[Your goal] From the line containing "f 193 220 221" to the end of the records below, output each line exactly; include both ends and nothing else.

Collected data entries:
------------------------------------
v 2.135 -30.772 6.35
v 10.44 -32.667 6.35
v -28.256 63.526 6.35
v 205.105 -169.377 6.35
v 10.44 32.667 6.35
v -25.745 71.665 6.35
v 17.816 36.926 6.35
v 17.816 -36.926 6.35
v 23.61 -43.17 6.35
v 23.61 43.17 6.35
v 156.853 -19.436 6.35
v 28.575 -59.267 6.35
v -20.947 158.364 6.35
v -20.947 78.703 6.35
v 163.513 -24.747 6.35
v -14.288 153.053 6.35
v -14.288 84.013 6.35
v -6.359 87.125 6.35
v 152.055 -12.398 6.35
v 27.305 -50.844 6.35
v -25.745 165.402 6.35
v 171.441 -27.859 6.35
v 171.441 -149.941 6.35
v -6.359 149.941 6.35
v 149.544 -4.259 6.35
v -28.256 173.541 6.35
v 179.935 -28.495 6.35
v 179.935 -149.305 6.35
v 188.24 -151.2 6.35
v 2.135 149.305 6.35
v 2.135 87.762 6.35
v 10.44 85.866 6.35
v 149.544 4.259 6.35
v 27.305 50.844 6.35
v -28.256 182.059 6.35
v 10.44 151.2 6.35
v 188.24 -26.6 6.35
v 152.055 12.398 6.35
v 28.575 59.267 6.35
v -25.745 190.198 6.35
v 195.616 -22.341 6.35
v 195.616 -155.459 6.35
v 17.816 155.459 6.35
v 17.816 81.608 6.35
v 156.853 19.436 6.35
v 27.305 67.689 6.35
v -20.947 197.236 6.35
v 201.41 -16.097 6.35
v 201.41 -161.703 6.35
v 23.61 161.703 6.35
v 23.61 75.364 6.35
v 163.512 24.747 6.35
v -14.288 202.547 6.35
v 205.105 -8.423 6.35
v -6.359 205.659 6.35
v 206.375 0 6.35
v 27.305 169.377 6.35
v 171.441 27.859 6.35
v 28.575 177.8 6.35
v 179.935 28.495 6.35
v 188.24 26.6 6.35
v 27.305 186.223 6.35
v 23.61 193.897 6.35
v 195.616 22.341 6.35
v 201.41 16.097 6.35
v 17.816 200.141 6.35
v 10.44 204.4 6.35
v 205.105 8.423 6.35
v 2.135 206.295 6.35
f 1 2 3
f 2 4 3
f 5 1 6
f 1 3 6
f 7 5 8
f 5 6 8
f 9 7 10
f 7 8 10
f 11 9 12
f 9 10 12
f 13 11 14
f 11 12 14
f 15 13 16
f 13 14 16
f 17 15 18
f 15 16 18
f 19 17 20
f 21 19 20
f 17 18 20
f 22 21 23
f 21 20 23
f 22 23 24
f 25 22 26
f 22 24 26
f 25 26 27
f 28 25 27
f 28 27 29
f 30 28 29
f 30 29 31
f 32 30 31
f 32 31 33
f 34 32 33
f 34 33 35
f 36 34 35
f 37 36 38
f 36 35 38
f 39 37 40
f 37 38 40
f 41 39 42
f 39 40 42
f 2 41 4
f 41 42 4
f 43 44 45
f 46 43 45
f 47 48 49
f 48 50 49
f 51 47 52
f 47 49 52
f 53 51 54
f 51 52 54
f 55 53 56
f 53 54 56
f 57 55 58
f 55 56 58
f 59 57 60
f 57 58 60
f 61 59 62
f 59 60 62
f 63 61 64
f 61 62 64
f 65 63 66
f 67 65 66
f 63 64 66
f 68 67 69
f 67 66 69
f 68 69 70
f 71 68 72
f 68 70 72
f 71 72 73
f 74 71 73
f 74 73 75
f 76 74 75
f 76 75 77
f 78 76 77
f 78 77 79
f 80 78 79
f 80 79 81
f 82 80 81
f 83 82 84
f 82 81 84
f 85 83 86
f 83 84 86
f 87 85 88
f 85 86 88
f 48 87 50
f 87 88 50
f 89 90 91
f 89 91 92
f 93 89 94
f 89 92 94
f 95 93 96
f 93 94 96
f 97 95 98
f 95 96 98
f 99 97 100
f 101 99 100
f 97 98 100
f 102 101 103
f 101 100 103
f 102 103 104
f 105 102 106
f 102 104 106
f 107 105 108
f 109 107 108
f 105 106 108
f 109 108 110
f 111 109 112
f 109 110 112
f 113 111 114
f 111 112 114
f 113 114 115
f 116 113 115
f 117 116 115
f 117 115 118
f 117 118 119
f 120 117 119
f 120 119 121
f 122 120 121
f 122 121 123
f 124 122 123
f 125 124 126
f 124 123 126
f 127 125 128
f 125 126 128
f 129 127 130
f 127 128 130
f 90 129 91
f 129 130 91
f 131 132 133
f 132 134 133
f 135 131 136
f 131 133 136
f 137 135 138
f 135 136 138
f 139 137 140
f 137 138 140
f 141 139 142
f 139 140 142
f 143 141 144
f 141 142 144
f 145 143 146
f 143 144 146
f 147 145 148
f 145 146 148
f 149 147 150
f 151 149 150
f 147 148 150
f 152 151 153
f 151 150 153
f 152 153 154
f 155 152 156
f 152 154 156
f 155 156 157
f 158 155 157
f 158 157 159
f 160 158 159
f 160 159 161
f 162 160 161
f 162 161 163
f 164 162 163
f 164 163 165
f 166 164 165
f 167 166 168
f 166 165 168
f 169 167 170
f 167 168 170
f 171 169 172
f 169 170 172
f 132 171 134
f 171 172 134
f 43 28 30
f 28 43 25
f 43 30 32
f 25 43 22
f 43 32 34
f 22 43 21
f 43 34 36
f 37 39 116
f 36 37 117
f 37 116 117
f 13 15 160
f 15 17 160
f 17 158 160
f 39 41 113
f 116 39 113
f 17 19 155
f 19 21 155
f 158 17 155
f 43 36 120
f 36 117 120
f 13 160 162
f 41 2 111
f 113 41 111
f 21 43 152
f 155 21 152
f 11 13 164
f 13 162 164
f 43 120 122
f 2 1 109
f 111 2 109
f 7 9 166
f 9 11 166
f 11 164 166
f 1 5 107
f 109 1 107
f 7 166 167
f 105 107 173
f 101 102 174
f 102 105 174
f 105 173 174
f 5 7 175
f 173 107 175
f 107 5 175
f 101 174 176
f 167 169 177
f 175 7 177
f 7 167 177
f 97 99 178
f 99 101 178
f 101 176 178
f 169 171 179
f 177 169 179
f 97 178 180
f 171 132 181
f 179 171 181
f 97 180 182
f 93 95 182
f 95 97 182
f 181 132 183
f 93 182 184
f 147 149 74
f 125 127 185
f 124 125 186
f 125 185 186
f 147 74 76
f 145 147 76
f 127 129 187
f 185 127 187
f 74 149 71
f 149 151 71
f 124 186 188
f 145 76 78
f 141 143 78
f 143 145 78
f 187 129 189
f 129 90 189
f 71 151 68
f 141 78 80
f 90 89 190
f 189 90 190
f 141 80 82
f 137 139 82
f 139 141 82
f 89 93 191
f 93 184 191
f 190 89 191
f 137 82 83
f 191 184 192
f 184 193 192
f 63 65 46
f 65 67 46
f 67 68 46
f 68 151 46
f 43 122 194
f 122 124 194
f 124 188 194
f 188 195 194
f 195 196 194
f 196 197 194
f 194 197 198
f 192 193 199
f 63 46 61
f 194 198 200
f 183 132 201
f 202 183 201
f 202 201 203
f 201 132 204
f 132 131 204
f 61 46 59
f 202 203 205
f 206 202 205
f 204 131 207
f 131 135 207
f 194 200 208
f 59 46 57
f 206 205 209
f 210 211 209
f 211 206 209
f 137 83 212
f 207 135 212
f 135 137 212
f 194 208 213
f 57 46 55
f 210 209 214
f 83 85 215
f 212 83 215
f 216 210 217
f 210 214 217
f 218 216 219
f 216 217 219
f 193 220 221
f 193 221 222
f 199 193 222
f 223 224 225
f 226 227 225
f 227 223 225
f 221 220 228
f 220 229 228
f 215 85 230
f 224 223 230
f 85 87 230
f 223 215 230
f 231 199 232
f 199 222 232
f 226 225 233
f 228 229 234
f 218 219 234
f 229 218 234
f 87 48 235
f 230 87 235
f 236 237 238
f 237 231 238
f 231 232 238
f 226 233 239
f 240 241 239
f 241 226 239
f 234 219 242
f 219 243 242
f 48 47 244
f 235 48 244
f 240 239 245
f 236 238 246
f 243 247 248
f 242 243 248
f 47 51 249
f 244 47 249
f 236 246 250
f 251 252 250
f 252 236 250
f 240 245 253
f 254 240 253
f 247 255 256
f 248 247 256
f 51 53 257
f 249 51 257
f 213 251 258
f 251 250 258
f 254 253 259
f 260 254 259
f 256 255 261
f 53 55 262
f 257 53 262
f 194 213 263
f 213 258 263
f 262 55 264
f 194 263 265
------------------------------------
[Answer for the task]
f 193 220 221
f 193 221 222
f 199 193 222
f 223 224 225
f 226 227 225
f 227 223 225
f 221 220 228
f 220 229 228
f 215 85 230
f 224 223 230
f 85 87 230
f 223 215 230
f 231 199 232
f 199 222 232
f 226 225 233
f 228 229 234
f 218 219 234
f 229 218 234
f 87 48 235
f 230 87 235
f 236 237 238
f 237 231 238
f 231 232 238
f 226 233 239
f 240 241 239
f 241 226 239
f 234 219 242
f 219 243 242
f 48 47 244
f 235 48 244
f 240 239 245
f 236 238 246
f 243 247 248
f 242 243 248
f 47 51 249
f 244 47 249
f 236 246 250
f 251 252 250
f 252 236 250
f 240 245 253
f 254 240 253
f 247 255 256
f 248 247 256
f 51 53 257
f 249 51 257
f 213 251 258
f 251 250 258
f 254 253 259
f 260 254 259
f 256 255 261
f 53 55 262
f 257 53 262
f 194 213 263
f 213 258 263
f 262 55 264
f 194 263 265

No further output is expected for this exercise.